[Dataset records]
=-=-=-=-=

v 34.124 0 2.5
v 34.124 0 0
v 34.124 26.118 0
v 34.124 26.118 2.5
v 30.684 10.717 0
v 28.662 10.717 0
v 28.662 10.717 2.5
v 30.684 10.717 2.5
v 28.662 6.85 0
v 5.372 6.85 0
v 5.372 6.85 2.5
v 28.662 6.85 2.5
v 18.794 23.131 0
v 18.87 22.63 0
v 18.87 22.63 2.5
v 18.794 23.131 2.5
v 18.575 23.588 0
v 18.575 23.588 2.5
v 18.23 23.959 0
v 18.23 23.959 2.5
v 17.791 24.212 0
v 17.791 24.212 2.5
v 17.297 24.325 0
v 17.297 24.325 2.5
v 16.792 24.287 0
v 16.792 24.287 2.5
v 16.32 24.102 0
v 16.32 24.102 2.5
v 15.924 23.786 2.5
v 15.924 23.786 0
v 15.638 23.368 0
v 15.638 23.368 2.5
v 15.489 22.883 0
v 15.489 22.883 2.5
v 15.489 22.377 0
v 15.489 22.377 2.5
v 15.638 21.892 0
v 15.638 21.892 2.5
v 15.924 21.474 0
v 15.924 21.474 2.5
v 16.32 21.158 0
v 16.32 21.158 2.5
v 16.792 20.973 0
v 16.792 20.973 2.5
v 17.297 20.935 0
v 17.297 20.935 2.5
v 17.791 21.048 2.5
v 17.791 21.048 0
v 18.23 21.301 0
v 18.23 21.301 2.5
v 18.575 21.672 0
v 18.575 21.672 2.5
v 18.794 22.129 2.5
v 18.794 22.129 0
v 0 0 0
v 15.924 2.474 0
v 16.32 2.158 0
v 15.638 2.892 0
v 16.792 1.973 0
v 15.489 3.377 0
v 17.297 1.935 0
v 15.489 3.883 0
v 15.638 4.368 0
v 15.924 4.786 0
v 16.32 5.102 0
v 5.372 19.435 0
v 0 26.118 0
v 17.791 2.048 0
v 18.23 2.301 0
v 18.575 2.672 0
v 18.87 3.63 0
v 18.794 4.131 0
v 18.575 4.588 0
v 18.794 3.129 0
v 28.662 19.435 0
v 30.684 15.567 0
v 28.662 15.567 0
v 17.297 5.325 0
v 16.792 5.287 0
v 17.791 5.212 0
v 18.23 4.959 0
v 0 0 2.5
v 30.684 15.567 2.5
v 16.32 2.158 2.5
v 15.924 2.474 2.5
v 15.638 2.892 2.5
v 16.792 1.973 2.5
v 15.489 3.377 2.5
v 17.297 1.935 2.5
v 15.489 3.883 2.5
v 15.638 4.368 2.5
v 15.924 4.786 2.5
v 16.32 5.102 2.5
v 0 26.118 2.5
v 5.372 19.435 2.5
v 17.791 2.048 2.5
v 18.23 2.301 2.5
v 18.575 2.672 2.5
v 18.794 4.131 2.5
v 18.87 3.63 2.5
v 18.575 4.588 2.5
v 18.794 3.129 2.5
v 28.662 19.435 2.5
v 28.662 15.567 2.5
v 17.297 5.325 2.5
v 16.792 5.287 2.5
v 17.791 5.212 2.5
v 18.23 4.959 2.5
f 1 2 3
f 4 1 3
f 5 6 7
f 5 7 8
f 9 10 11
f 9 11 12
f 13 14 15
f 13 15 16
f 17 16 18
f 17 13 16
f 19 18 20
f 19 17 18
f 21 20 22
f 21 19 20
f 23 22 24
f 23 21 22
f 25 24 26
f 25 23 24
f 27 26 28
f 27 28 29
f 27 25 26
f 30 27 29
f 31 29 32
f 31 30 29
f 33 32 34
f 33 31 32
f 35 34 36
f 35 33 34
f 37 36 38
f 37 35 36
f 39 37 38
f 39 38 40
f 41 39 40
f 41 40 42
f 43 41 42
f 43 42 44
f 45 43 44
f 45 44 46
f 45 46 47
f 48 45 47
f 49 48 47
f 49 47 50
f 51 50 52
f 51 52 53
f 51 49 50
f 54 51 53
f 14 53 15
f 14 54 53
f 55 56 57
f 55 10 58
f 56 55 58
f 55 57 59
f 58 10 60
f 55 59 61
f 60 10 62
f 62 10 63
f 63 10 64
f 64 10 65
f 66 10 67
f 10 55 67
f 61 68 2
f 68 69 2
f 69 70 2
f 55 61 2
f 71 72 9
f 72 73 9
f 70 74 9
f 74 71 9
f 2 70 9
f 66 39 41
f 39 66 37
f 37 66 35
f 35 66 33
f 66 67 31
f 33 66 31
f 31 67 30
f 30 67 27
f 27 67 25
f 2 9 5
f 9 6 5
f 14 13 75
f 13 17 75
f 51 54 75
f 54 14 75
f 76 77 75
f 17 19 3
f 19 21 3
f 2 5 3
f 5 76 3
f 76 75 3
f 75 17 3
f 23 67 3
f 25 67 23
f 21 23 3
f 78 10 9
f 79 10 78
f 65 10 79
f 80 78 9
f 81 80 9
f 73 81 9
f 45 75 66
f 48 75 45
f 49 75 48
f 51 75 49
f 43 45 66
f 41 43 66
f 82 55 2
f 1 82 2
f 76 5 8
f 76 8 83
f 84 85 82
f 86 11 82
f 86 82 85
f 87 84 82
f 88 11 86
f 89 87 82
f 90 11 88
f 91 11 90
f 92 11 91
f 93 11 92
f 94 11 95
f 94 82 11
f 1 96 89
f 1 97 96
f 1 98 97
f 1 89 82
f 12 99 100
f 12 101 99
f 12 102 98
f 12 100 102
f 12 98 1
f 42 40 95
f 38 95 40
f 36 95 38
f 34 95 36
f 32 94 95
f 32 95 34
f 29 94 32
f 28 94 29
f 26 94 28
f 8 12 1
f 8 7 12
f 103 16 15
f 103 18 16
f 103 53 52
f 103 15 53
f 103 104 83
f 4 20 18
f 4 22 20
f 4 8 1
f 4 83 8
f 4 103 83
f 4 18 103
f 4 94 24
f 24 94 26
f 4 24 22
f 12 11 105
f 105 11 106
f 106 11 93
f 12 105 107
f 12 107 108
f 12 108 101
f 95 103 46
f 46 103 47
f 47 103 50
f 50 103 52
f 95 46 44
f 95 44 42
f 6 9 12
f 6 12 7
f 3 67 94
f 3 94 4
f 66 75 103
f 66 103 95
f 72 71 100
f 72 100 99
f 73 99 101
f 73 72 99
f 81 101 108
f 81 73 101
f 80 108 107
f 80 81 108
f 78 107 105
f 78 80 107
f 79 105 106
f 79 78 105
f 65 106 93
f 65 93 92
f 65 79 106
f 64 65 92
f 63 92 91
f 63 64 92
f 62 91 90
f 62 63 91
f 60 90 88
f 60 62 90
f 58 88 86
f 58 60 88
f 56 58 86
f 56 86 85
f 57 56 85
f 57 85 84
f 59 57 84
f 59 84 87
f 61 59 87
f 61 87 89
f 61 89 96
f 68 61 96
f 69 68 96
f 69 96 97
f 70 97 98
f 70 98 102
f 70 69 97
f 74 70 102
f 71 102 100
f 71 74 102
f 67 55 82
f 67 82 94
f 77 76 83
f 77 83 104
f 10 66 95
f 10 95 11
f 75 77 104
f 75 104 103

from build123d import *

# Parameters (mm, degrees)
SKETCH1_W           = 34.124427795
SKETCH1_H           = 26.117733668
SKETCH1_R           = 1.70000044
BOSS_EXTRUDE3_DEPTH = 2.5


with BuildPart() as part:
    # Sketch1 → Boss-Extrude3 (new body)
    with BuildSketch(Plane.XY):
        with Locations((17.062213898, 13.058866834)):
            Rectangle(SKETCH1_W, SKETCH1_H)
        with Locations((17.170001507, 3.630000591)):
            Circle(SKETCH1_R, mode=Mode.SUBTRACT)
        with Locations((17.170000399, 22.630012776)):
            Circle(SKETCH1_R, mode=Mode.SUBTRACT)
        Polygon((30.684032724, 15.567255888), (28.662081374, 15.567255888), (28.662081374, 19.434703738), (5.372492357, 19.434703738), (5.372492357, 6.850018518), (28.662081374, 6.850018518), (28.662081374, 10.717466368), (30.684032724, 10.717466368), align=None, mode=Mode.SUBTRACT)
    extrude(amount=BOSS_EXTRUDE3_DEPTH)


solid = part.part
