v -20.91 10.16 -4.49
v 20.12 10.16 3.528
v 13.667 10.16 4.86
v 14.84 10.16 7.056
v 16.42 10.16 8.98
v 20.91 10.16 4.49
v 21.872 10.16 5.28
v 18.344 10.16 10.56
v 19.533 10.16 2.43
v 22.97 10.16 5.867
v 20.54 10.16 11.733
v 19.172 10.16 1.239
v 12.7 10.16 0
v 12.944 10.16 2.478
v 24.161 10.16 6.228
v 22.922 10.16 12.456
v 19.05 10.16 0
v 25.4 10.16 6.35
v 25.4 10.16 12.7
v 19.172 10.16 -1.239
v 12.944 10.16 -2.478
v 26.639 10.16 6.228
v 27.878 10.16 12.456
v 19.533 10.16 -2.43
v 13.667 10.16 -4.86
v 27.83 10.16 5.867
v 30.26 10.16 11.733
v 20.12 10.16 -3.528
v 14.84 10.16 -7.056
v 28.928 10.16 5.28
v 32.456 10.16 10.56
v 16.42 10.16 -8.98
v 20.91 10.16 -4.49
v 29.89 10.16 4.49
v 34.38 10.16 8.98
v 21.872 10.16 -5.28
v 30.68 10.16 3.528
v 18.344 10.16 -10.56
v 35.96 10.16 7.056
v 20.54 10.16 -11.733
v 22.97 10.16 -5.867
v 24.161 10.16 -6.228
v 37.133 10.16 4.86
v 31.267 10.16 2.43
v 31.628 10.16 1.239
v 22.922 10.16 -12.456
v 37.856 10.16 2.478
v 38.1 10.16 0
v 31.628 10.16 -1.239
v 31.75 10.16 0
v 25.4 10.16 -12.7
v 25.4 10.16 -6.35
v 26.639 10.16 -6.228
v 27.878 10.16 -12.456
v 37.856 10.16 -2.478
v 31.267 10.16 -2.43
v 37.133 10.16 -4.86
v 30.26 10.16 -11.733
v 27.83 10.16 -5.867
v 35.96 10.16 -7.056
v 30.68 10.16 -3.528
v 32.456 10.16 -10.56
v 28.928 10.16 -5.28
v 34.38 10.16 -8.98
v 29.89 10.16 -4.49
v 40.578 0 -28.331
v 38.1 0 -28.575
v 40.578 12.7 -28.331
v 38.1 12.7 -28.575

=-=-=-=-=

◆ AIM OF THE TASK ◆
Please reproduce, exactly as they appear above, the lines from the line containing "f 80 108 107" up to and including the line containing "v 25.4 10.16 12.7".

◆ ANSWER SECTION ◆
f 80 108 107
f 80 81 108
f 78 107 105
f 78 80 107
f 79 105 106
f 79 78 105
f 65 106 93
f 65 93 92
f 65 79 106
f 64 65 92
f 63 92 91
f 63 64 92
f 62 91 90
f 62 63 91
f 60 90 88
f 60 62 90
f 58 88 86
f 58 60 88
f 56 58 86
f 56 86 85
f 57 56 85
f 57 85 84
f 59 57 84
f 59 84 87
f 61 59 87
f 61 87 89
f 61 89 96
f 68 61 96
f 69 68 96
f 69 96 97
f 70 97 98
f 70 98 102
f 70 69 97
f 74 70 102
f 71 102 100
f 71 74 102
f 67 55 82
f 67 82 94
f 77 76 83
f 77 83 104
f 10 66 95
f 10 95 11
f 75 77 104
f 75 104 103

from build123d import *

# Parameters (mm, degrees)
SKETCH1_W           = 34.124427795
SKETCH1_H           = 26.117733668
SKETCH1_R           = 1.70000044
BOSS_EXTRUDE3_DEPTH = 2.5


with BuildPart() as part:
    # Sketch1 → Boss-Extrude3 (new body)
    with BuildSketch(Plane.XY):
        with Locations((17.062213898, 13.058866834)):
            Rectangle(SKETCH1_W, SKETCH1_H)
        with Locations((17.170001507, 3.630000591)):
            Circle(SKETCH1_R, mode=Mode.SUBTRACT)
        with Locations((17.170000399, 22.630012776)):
            Circle(SKETCH1_R, mode=Mode.SUBTRACT)
        Polygon((30.684032724, 15.567255888), (28.662081374, 15.567255888), (28.662081374, 19.434703738), (5.372492357, 19.434703738), (5.372492357, 6.850018518), (28.662081374, 6.850018518), (28.662081374, 10.717466368), (30.684032724, 10.717466368), align=None, mode=Mode.SUBTRACT)
    extrude(amount=BOSS_EXTRUDE3_DEPTH)


solid = part.part
v -20.91 10.16 -4.49
v 20.12 10.16 3.528
v 13.667 10.16 4.86
v 14.84 10.16 7.056
v 16.42 10.16 8.98
v 20.91 10.16 4.49
v 21.872 10.16 5.28
v 18.344 10.16 10.56
v 19.533 10.16 2.43
v 22.97 10.16 5.867
v 20.54 10.16 11.733
v 19.172 10.16 1.239
v 12.7 10.16 0
v 12.944 10.16 2.478
v 24.161 10.16 6.228
v 22.922 10.16 12.456
v 19.05 10.16 0
v 25.4 10.16 6.35
v 25.4 10.16 12.7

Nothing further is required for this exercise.